彼女の頭の中には、私の店を拠点にして、この王都に新たな高級茶の文化を根付かせるという壮大な青写真も描かれているのだろう。しかし、これは私にとっても決して悪い話ではない。この驚くほど美味しいお茶をいつでも飲めるようになり、さらに店の売上も上がるのだから。
「素晴らしいご提案です! 是非、私のお店にコーナーを作らせてください!」
「良かったわ。契約成立ね。改装が終わる頃に合わせて、極上の茶葉をたっぷりと運び込ませるわね」
ロマーナ氏は満足そうに微笑み、再びお茶を口に含んだ。そして、少しだけ声のトーンを変えて、親しげな響きで尋ねてきた。
「ところでルキアさん。例の美容グッズの経過はどうかしら?」
「あれですね!」
私は身を乗り出した。
「それが、とても良くて! 私の髪は見違えるように艶が出ましたし、ストレスが減って肌の調子も格段に上がりました。それに、私だけでなく、カシウスもすごく気に入っているんです!」
そう、何を隠そう、このルーメン国には今、空前の「美容グッズブーム」が到来していたのである。

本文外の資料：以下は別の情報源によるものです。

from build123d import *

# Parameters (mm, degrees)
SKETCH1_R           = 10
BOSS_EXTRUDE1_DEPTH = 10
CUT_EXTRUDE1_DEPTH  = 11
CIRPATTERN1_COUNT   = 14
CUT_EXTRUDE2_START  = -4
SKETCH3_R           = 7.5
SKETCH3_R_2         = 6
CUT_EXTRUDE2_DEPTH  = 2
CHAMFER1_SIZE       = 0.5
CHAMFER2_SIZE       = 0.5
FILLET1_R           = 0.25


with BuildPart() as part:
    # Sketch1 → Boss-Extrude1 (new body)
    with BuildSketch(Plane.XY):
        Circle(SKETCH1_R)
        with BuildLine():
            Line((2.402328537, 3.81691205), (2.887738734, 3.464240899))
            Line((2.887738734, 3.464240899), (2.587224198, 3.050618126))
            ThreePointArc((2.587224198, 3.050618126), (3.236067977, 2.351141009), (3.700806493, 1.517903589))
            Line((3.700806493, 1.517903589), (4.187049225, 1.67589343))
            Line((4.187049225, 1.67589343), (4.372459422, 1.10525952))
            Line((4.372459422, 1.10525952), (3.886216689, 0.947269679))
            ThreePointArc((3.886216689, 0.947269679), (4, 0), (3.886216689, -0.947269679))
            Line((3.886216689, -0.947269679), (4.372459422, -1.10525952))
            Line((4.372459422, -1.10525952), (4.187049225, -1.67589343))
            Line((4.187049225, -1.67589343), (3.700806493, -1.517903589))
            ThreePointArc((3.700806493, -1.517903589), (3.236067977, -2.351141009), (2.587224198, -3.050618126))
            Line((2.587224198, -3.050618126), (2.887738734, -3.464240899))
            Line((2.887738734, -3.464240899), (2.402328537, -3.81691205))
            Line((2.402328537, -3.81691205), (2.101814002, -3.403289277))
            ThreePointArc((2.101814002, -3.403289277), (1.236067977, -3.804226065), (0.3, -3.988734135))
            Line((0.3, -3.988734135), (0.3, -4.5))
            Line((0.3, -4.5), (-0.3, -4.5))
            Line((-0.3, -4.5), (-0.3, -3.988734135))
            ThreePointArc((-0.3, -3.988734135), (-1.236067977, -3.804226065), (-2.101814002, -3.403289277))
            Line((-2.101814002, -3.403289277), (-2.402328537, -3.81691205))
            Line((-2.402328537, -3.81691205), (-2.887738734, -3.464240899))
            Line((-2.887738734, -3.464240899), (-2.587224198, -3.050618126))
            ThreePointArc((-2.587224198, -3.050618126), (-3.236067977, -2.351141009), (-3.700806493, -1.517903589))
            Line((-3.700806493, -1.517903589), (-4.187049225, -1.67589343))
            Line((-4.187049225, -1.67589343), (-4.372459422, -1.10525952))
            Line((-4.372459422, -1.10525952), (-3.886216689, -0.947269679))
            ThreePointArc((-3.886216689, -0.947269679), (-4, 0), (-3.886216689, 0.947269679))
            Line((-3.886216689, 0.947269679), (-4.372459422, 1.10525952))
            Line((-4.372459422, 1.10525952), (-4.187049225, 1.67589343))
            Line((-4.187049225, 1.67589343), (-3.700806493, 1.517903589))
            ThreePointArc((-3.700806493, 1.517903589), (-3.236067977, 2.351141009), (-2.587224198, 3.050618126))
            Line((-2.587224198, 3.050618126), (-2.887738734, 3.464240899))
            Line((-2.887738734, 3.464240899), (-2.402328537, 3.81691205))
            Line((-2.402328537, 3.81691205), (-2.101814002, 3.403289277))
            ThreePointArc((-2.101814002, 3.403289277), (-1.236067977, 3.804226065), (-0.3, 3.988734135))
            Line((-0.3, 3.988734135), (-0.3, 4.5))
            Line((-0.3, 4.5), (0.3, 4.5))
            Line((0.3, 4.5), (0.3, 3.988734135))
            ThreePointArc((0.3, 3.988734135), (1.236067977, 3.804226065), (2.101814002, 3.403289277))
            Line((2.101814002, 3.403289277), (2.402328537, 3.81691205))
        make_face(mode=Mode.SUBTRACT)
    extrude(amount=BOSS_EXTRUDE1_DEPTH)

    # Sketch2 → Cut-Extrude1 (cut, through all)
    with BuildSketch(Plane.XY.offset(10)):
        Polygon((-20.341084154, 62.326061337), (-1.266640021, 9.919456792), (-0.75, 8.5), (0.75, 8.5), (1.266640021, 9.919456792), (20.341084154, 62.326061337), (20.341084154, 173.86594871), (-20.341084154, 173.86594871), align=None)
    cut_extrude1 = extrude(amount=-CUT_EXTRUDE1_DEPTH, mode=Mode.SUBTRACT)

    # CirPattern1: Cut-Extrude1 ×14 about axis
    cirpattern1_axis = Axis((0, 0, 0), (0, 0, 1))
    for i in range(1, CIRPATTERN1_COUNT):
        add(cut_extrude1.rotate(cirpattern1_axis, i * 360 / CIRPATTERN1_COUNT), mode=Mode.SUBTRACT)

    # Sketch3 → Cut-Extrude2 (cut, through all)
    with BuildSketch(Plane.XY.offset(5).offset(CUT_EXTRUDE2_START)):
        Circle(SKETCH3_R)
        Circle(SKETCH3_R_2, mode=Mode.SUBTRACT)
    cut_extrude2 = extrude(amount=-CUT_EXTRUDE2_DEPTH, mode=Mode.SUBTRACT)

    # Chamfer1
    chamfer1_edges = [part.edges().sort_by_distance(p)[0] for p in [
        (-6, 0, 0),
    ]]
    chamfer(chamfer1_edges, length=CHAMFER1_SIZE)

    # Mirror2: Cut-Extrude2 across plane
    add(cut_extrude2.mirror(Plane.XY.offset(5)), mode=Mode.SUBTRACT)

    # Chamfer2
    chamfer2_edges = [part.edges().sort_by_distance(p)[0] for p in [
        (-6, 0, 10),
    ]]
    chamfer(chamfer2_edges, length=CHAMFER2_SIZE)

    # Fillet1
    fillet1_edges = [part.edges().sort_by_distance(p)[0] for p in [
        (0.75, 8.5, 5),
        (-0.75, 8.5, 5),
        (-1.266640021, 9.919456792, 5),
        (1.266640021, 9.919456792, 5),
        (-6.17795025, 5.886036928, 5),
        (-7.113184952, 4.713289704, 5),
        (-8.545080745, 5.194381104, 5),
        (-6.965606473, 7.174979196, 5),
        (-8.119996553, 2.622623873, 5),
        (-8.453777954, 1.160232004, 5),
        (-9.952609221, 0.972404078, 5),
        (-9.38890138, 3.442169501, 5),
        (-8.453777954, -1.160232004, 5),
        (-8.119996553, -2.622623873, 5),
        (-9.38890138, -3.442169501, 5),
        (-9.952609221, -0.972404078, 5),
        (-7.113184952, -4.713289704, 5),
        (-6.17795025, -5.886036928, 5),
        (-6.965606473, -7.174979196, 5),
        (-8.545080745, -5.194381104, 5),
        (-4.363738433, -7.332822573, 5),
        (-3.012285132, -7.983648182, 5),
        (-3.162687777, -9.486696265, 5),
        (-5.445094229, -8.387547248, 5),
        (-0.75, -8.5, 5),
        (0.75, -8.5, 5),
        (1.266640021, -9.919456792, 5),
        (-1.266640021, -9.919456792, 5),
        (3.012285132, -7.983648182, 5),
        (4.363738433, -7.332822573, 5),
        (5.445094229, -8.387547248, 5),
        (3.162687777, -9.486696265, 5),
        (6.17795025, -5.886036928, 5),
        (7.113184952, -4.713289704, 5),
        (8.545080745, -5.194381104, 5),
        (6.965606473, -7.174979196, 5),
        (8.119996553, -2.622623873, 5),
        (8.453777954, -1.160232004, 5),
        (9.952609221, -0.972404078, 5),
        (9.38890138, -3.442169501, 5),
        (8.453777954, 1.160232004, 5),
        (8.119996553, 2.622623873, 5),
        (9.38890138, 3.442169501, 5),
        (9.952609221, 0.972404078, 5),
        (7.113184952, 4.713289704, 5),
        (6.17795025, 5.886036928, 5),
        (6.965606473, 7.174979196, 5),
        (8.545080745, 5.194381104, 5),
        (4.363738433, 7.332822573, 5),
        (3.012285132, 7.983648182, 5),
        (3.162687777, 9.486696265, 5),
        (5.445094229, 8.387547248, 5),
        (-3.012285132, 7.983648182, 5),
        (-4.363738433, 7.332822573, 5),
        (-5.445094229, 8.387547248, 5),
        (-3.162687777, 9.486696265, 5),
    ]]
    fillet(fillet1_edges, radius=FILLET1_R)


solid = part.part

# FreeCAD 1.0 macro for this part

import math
import FreeCAD as App
import Part
import Sketcher

V = App.Vector
Q = App.Units.Quantity


def edges_at(feature, points):
    """Names of the edges that pass closest to the given points."""
    edges = feature.Shape.Edges
    near = lambda p: min(range(len(edges)), key=lambda i: edges[i].distToShape(Part.Vertex(*p))[0])
    return sorted({f"Edge{near(p) + 1}" for p in points})


def add_polygon(sketch, points):
    """Adds a closed chain of lines whose ends are joined by coincident constraints."""
    first, n = sketch.GeometryCount, len(points)
    for a, b in zip(points, points[1:] + points[:1]):
        sketch.addGeometry(Part.LineSegment(App.Vector(*a, 0), App.Vector(*b, 0)), False)
    for i in range(n):
        sketch.addConstraint(Sketcher.Constraint("Coincident", first + i, 2, first + (i + 1) % n, 1))

doc = App.newDocument("Part")
body = doc.addObject("PartDesign::Body", "Body")

# Sketch on XY plane
sketch1 = body.newObject("Sketcher::SketchObject", "Sketch")
sketch1.AttachmentSupport = (doc.getObject("XY_Plane"), [""])
sketch1.MapMode = "FlatFace"
sketch1.addGeometry([
    Part.Circle(V(0, 0, 0), V(0, 0, 1), 10),  # 0
    Part.LineSegment(V(2.1, 3.4, 0), V(2.4, 3.8, 0)),  # 1
    Part.LineSegment(V(2.4, 3.8, 0), V(2.9, 3.5, 0)),  # 2
    Part.LineSegment(V(2.9, 3.5, 0), V(2.6, 3.1, 0)),  # 3
    Part.ArcOfCircle(Part.Circle(V(0, 0, 0), V(0, 0, 1), 4), math.radians(22), math.radians(50)),  # 4
    Part.LineSegment(V(3.7, 1.5, 0), V(4.2, 1.7, 0)),  # 5
    Part.LineSegment(V(4.2, 1.7, 0), V(4.4, 1.1, 0)),  # 6
    Part.LineSegment(V(4.4, 1.1, 0), V(3.9, 0.9, 0)),  # 7
    Part.ArcOfCircle(Part.Circle(V(0, 0, 0), V(0, 0, 1), 4), math.radians(-14), math.radians(14)),  # 8
    Part.LineSegment(V(3.9, -0.9, 0), V(4.4, -1.1, 0)),  # 9
    Part.LineSegment(V(4.4, -1.1, 0), V(4.2, -1.7, 0)),  # 10
    Part.LineSegment(V(4.2, -1.7, 0), V(3.7, -1.5, 0)),  # 11
    Part.ArcOfCircle(Part.Circle(V(0, 0, 0), V(0, 0, 1), 4), math.radians(-50), math.radians(-22)),  # 12
    Part.LineSegment(V(2.6, -3.1, 0), V(2.9, -3.5, 0)),  # 13
    Part.LineSegment(V(2.9, -3.5, 0), V(2.4, -3.8, 0)),  # 14
    Part.LineSegment(V(2.4, -3.8, 0), V(2.1, -3.4, 0)),  # 15
    Part.ArcOfCircle(Part.Circle(V(0, 0, 0), V(0, 0, 1), 4), math.radians(-86), math.radians(-58)),  # 16
    Part.LineSegment(V(0.3, -4, 0), V(0.3, -4.5, 0)),  # 17
    Part.LineSegment(V(0.3, -4.5, 0), V(-0.3, -4.5, 0)),  # 18
    Part.LineSegment(V(-0.3, -4.5, 0), V(-0.3, -4, 0)),  # 19
    Part.ArcOfCircle(Part.Circle(V(0, 0, 0), V(0, 0, 1), 4), math.radians(-122), math.radians(-94)),  # 20
    Part.LineSegment(V(-2.1, -3.4, 0), V(-2.4, -3.8, 0)),  # 21
    Part.LineSegment(V(-2.4, -3.8, 0), V(-2.9, -3.5, 0)),  # 22
    Part.LineSegment(V(-2.9, -3.5, 0), V(-2.6, -3.1, 0)),  # 23
    Part.ArcOfCircle(Part.Circle(V(0, 0, 0), V(0, 0, 1), 4), math.radians(-158), math.radians(-130)),  # 24
    Part.LineSegment(V(-3.7, -1.5, 0), V(-4.2, -1.7, 0)),  # 25
    Part.LineSegment(V(-4.2, -1.7, 0), V(-4.4, -1.1, 0)),  # 26
    Part.LineSegment(V(-4.4, -1.1, 0), V(-3.9, -0.9, 0)),  # 27
    Part.ArcOfCircle(Part.Circle(V(0, 0, 0), V(0, 0, 1), 4), math.radians(166), math.radians(194)),  # 28
    Part.LineSegment(V(-3.9, 0.9, 0), V(-4.4, 1.1, 0)),  # 29
    Part.LineSegment(V(-4.4, 1.1, 0), V(-4.2, 1.7, 0)),  # 30
    Part.LineSegment(V(-4.2, 1.7, 0), V(-3.7, 1.5, 0)),  # 31
    Part.ArcOfCircle(Part.Circle(V(0, 0, 0), V(0, 0, 1), 4), math.radians(130), math.radians(158)),  # 32
    Part.LineSegment(V(-2.6, 3.1, 0), V(-2.9, 3.5, 0)),  # 33
    Part.LineSegment(V(-2.9, 3.5, 0), V(-2.4, 3.8, 0)),  # 34
    Part.LineSegment(V(-2.4, 3.8, 0), V(-2.1, 3.4, 0)),  # 35
    Part.ArcOfCircle(Part.Circle(V(0, 0, 0), V(0, 0, 1), 4), math.radians(94), math.radians(122)),  # 36
    Part.LineSegment(V(-0.3, 4, 0), V(-0.3, 4.5, 0)),  # 37
    Part.LineSegment(V(-0.3, 4.5, 0), V(0.3, 4.5, 0)),  # 38
    Part.LineSegment(V(0.3, 4.5, 0), V(0.3, 4, 0)),  # 39
    Part.ArcOfCircle(Part.Circle(V(0, 0, 0), V(0, 0, 1), 4), math.radians(58), math.radians(86)),  # 40
], False)
sketch1.addConstraint([
    Sketcher.Constraint("Coincident", 1, 2, 2, 1),
    Sketcher.Constraint("Coincident", 2, 2, 3, 1),
    Sketcher.Constraint("Coincident", 3, 2, 4, 2),
    Sketcher.Constraint("Coincident", 4, 1, 5, 1),
    Sketcher.Constraint("Coincident", 5, 2, 6, 1),
    Sketcher.Constraint("Coincident", 6, 2, 7, 1),
    Sketcher.Constraint("Coincident", 7, 2, 8, 2),
    Sketcher.Constraint("Coincident", 8, 1, 9, 1),
    Sketcher.Constraint("Coincident", 9, 2, 10, 1),
    Sketcher.Constraint("Coincident", 10, 2, 11, 1),
    Sketcher.Constraint("Coincident", 11, 2, 12, 2),
    Sketcher.Constraint("Coincident", 12, 1, 13, 1),
    Sketcher.Constraint("Coincident", 13, 2, 14, 1),
    Sketcher.Constraint("Coincident", 14, 2, 15, 1),
    Sketcher.Constraint("Coincident", 15, 2, 16, 2),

これまで、この国の美容といえば、一部の王侯貴族が怪しげな香油を塗りたくったり、鉛を含んだ白粉を使ったりするような、前時代的で危険なものが主流だった。あってもマーケティングゼロの、無人販売という、ドカ出し業者だけだった。
しかし、そこに革命をもたらしたのがロマーナ氏である。彼女は、自前の巨大な錬金術研究所と、それを量産するための錬金術工場を所有しており、他国で培った高度な技術を、『化粧品ブランド』として、この国に持ち込んだのだ。
彼女の到来と同時に、安全で効果の高い化粧水、保湿クリーム、そして革新的な洗髪料などが次々と市場に投入された。初めは恐る恐る手を伸ばしていた貴族の女性たちも、その劇的な効果に驚嘆し、瞬く間に口コミが広がった。今や、彼女の商会が展開する美容グッズを手に入れることは、王都の女性たちにとってのステータスであり、大きなブームとなっていたのだ。
以前、画家界の巨匠だったアイレネという人の絵画のモデルになったのだが、その影響でこうして、私はロマーナ氏と知り合きっかけができ、特別なコネクションにより、ルーメンでの一般発売前の最先端の試作品から、最高級の完成品までを優先的に提供してもらっていた。